Restate, word for word, the lines from the opening line of the data through the line containing "#21=EDGE_CURVE('',#14,#16,#20,.T.);", both included, and nothing else.

Material provided Start Marker

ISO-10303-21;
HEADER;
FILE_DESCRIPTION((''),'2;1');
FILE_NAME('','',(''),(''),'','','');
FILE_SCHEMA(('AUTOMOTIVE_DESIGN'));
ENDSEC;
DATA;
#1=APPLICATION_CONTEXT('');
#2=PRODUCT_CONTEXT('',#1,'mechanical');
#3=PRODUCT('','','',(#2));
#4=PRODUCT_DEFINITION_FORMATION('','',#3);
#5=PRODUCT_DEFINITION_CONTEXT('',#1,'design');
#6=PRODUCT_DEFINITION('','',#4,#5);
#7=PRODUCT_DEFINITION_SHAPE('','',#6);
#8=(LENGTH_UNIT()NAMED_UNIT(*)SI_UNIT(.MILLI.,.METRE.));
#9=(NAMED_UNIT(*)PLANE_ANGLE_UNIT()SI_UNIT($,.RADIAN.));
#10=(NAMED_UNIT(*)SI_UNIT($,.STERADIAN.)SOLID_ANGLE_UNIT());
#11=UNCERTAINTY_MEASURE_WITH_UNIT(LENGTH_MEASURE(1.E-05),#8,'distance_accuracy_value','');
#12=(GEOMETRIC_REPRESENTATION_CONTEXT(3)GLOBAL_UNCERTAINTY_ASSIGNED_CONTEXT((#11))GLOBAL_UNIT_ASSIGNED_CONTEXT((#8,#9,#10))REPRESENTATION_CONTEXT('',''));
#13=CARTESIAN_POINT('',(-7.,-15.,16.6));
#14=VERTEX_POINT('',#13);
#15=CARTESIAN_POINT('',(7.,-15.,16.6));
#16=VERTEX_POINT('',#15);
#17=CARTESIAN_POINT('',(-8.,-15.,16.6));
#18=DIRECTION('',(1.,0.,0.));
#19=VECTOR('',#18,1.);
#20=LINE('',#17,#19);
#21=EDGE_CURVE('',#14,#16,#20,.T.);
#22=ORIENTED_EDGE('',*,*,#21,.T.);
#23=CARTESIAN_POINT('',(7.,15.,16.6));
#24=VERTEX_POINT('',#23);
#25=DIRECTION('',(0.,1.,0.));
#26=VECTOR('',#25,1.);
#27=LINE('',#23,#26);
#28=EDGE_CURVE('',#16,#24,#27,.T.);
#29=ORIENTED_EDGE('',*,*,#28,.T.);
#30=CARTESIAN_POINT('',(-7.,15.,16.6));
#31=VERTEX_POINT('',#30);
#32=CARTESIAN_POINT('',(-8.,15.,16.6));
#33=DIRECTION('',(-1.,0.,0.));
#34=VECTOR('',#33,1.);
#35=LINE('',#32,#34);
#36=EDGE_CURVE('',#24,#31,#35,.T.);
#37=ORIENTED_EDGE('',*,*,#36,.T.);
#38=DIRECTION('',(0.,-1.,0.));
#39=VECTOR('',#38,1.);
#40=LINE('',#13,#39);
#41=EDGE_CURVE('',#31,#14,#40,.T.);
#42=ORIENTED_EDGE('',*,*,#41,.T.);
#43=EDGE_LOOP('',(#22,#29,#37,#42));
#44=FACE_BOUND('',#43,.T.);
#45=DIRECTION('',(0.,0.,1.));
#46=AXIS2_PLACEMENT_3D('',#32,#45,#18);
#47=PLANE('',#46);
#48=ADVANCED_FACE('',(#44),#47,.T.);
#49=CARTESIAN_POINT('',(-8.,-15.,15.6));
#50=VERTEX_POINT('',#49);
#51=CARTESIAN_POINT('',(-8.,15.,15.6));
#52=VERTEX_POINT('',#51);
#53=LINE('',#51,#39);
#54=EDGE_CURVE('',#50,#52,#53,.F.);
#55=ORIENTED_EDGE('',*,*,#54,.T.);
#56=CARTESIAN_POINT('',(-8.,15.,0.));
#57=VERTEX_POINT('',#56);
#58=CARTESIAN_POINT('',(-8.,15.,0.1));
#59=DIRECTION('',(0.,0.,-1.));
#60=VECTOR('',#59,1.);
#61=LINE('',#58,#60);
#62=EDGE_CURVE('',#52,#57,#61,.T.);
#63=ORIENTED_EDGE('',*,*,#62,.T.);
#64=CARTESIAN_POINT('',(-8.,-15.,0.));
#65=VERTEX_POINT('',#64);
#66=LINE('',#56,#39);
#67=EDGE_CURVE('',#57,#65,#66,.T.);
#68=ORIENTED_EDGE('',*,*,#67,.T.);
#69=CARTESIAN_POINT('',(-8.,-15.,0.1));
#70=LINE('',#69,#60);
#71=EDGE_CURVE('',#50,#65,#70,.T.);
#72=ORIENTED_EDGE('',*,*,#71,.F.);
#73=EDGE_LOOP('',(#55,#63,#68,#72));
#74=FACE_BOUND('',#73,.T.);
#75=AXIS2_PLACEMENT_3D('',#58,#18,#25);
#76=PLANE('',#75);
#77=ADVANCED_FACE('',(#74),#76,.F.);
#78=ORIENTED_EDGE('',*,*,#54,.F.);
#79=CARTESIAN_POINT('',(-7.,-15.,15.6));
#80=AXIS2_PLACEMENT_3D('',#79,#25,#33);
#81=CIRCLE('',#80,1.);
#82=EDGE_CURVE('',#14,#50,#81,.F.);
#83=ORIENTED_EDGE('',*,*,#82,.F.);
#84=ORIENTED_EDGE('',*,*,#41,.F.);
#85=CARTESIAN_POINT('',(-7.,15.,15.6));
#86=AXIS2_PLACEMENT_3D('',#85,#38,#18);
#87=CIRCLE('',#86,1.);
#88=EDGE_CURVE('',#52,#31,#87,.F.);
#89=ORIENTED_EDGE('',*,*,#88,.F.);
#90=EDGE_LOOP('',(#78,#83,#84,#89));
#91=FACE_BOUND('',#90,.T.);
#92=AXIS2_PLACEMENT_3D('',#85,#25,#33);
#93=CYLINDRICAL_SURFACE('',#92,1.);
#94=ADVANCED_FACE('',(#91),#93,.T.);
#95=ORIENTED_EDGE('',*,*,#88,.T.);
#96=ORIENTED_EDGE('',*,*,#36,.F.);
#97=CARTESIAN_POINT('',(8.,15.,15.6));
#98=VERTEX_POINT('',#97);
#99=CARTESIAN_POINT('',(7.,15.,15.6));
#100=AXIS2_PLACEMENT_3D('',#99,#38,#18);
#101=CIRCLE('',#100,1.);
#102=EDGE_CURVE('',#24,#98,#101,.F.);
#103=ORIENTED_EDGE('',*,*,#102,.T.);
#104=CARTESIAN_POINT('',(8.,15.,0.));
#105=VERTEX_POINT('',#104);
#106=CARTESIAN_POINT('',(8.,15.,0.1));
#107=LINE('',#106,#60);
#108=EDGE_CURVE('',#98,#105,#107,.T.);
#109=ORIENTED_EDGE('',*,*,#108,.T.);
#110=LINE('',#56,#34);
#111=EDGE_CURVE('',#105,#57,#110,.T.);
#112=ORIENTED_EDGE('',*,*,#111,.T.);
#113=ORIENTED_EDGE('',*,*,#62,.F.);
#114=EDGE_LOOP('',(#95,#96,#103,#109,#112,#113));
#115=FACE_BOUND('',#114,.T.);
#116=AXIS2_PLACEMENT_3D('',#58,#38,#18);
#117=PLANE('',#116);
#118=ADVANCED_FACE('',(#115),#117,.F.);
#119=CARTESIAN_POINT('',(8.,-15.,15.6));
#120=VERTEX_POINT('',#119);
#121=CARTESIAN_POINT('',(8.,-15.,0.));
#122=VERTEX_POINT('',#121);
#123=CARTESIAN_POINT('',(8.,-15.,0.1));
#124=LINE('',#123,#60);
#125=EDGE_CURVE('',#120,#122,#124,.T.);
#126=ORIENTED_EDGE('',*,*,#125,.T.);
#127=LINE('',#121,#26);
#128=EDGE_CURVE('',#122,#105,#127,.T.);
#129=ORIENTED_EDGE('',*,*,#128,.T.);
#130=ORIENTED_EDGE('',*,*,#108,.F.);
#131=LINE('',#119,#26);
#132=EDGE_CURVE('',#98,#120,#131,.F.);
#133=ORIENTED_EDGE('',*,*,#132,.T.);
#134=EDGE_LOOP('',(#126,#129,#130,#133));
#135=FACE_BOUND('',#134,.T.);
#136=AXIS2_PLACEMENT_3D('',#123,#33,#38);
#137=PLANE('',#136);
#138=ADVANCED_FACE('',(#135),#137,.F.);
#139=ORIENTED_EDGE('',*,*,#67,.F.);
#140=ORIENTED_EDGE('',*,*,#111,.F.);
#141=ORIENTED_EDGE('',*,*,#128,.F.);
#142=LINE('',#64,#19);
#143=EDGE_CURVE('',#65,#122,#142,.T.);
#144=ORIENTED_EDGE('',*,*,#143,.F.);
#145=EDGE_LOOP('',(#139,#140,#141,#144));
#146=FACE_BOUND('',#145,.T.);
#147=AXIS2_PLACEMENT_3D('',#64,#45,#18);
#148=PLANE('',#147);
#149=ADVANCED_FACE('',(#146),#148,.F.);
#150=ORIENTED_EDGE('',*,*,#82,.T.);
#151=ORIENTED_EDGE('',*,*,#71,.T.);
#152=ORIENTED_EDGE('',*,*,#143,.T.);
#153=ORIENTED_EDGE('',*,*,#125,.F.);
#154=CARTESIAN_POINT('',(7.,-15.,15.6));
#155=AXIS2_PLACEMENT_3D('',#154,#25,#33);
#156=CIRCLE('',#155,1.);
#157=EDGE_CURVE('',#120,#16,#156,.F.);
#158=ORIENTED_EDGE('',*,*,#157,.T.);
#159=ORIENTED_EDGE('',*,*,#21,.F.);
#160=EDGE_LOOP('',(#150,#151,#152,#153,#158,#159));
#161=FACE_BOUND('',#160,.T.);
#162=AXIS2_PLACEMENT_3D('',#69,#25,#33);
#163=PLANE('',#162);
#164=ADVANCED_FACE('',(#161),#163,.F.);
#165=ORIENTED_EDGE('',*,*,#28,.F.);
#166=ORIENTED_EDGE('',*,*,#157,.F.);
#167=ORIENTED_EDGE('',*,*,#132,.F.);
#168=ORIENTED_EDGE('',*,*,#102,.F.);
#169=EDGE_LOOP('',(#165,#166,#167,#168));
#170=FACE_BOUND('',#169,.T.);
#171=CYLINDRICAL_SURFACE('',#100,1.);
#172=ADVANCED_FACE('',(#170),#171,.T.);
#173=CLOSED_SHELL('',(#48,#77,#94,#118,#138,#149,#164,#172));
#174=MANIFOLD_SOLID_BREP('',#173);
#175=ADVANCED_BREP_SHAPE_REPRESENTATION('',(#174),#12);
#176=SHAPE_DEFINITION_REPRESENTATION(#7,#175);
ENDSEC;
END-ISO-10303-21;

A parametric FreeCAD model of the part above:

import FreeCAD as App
import Part
import Sketcher
Q = App.Units.Quantity


def edges_at(feature, points):
    """Names of the edges that pass closest to the given points."""
    edges = feature.Shape.Edges
    near = lambda p: min(range(len(edges)), key=lambda i: edges[i].distToShape(Part.Vertex(*p))[0])
    return sorted({f"Edge{near(p) + 1}" for p in points})

doc = App.newDocument("Part")
body = doc.addObject("PartDesign::Body", "Body")

# Sketch on XY plane
sketch1 = doc.addObject("Sketcher::SketchObject", "Sketch")
body.addObject(sketch1)
sketch1.AttachmentSupport = (doc.XY_Plane, [""])
sketch1.MapMode = "FlatFace"
sketch1.addGeometry(Part.LineSegment(App.Vector(-8, 15, 0), App.Vector(-8, -15, 0)), False)
sketch1.addGeometry(Part.LineSegment(App.Vector(-8, -15, 0), App.Vector(8, -15, 0)), False)
sketch1.addGeometry(Part.LineSegment(App.Vector(8, -15, 0), App.Vector(8, 15, 0)), False)
sketch1.addGeometry(Part.LineSegment(App.Vector(8, 15, 0), App.Vector(-8, 15, 0)), False)
sketch1.addConstraint(Sketcher.Constraint("Coincident", 0, 2, 1, 1))
sketch1.addConstraint(Sketcher.Constraint("Coincident", 1, 2, 2, 1))
sketch1.addConstraint(Sketcher.Constraint("Coincident", 2, 2, 3, 1))
sketch1.addConstraint(Sketcher.Constraint("Coincident", 3, 2, 0, 1))
sketch1.addConstraint(Sketcher.Constraint("Vertical", 0))
sketch1.addConstraint(Sketcher.Constraint("Horizontal", 1))
sketch1.addConstraint(Sketcher.Constraint("Vertical", 2))
sketch1.addConstraint(Sketcher.Constraint("Horizontal", 3))
sketch1.addConstraint(Sketcher.Constraint("Symmetric", 0, 2, 2, 2, -1, 1))
sketch1.addConstraint(Sketcher.Constraint("DistanceX", 1, 1, 1, 2, Q("16 mm")))
sketch1.addConstraint(Sketcher.Constraint("DistanceY", 0, 2, 0, 1, Q("30 mm")))
pad1 = doc.addObject("PartDesign::Pad", "Pad")
body.addObject(pad1)
pad1.Profile = sketch1
pad1.Length = 0.1

# Sketch on XY plane
sketch2 = doc.addObject("Sketcher::SketchObject", "Sketch001")
body.addObject(sketch2)
sketch2.AttachmentSupport = (doc.XY_Plane, [""])
sketch2.MapMode = "FlatFace"
sketch2.AttachmentOffset = App.Placement(App.Vector(0, 0, 0.1), App.Rotation())
sketch2.addGeometry(Part.LineSegment(App.Vector(-8, 15, 0), App.Vector(-8, -15, 0)), False)
sketch2.addGeometry(Part.LineSegment(App.Vector(-8, -15, 0), App.Vector(8, -15, 0)), False)
sketch2.addGeometry(Part.LineSegment(App.Vector(8, -15, 0), App.Vector(8, 15, 0)), False)
sketch2.addGeometry(Part.LineSegment(App.Vector(8, 15, 0), App.Vector(-8, 15, 0)), False)
sketch2.addConstraint(Sketcher.Constraint("Coincident", 0, 2, 1, 1))
sketch2.addConstraint(Sketcher.Constraint("Coincident", 1, 2, 2, 1))
sketch2.addConstraint(Sketcher.Constraint("Coincident", 2, 2, 3, 1))
sketch2.addConstraint(Sketcher.Constraint("Coincident", 3, 2, 0, 1))
sketch2.addConstraint(Sketcher.Constraint("Vertical", 0))
sketch2.addConstraint(Sketcher.Constraint("Horizontal", 1))
sketch2.addConstraint(Sketcher.Constraint("Vertical", 2))
sketch2.addConstraint(Sketcher.Constraint("Horizontal", 3))
sketch2.addConstraint(Sketcher.Constraint("Symmetric", 0, 2, 2, 2, -1, 1))
sketch2.addConstraint(Sketcher.Constraint("DistanceX", 1, 1, 1, 2, Q("16 mm")))
sketch2.addConstraint(Sketcher.Constraint("DistanceY", 0, 2, 0, 1, Q("30 mm")))
pad2 = doc.addObject("PartDesign::Pad", "Pad001")
body.addObject(pad2)
pad2.Profile = sketch2
pad2.Length = 16.5
doc.recompute()

fillet = doc.addObject("PartDesign::Fillet", "Fillet")
body.addObject(fillet)
fillet.Base = (pad2, edges_at(pad2, [(-8, 0, 16.6), (8, 0, 16.6)]))
fillet.Radius = 1

doc.recompute()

Material provided End Marker

■ **Solution for this problem**:
ISO-10303-21;
HEADER;
FILE_DESCRIPTION((''),'2;1');
FILE_NAME('','',(''),(''),'','','');
FILE_SCHEMA(('AUTOMOTIVE_DESIGN'));
ENDSEC;
DATA;
#1=APPLICATION_CONTEXT('');
#2=PRODUCT_CONTEXT('',#1,'mechanical');
#3=PRODUCT('','','',(#2));
#4=PRODUCT_DEFINITION_FORMATION('','',#3);
#5=PRODUCT_DEFINITION_CONTEXT('',#1,'design');
#6=PRODUCT_DEFINITION('','',#4,#5);
#7=PRODUCT_DEFINITION_SHAPE('','',#6);
#8=(LENGTH_UNIT()NAMED_UNIT(*)SI_UNIT(.MILLI.,.METRE.));
#9=(NAMED_UNIT(*)PLANE_ANGLE_UNIT()SI_UNIT($,.RADIAN.));
#10=(NAMED_UNIT(*)SI_UNIT($,.STERADIAN.)SOLID_ANGLE_UNIT());
#11=UNCERTAINTY_MEASURE_WITH_UNIT(LENGTH_MEASURE(1.E-05),#8,'distance_accuracy_value','');
#12=(GEOMETRIC_REPRESENTATION_CONTEXT(3)GLOBAL_UNCERTAINTY_ASSIGNED_CONTEXT((#11))GLOBAL_UNIT_ASSIGNED_CONTEXT((#8,#9,#10))REPRESENTATION_CONTEXT('',''));
#13=CARTESIAN_POINT('',(-7.,-15.,16.6));
#14=VERTEX_POINT('',#13);
#15=CARTESIAN_POINT('',(7.,-15.,16.6));
#16=VERTEX_POINT('',#15);
#17=CARTESIAN_POINT('',(-8.,-15.,16.6));
#18=DIRECTION('',(1.,0.,0.));
#19=VECTOR('',#18,1.);
#20=LINE('',#17,#19);
#21=EDGE_CURVE('',#14,#16,#20,.T.);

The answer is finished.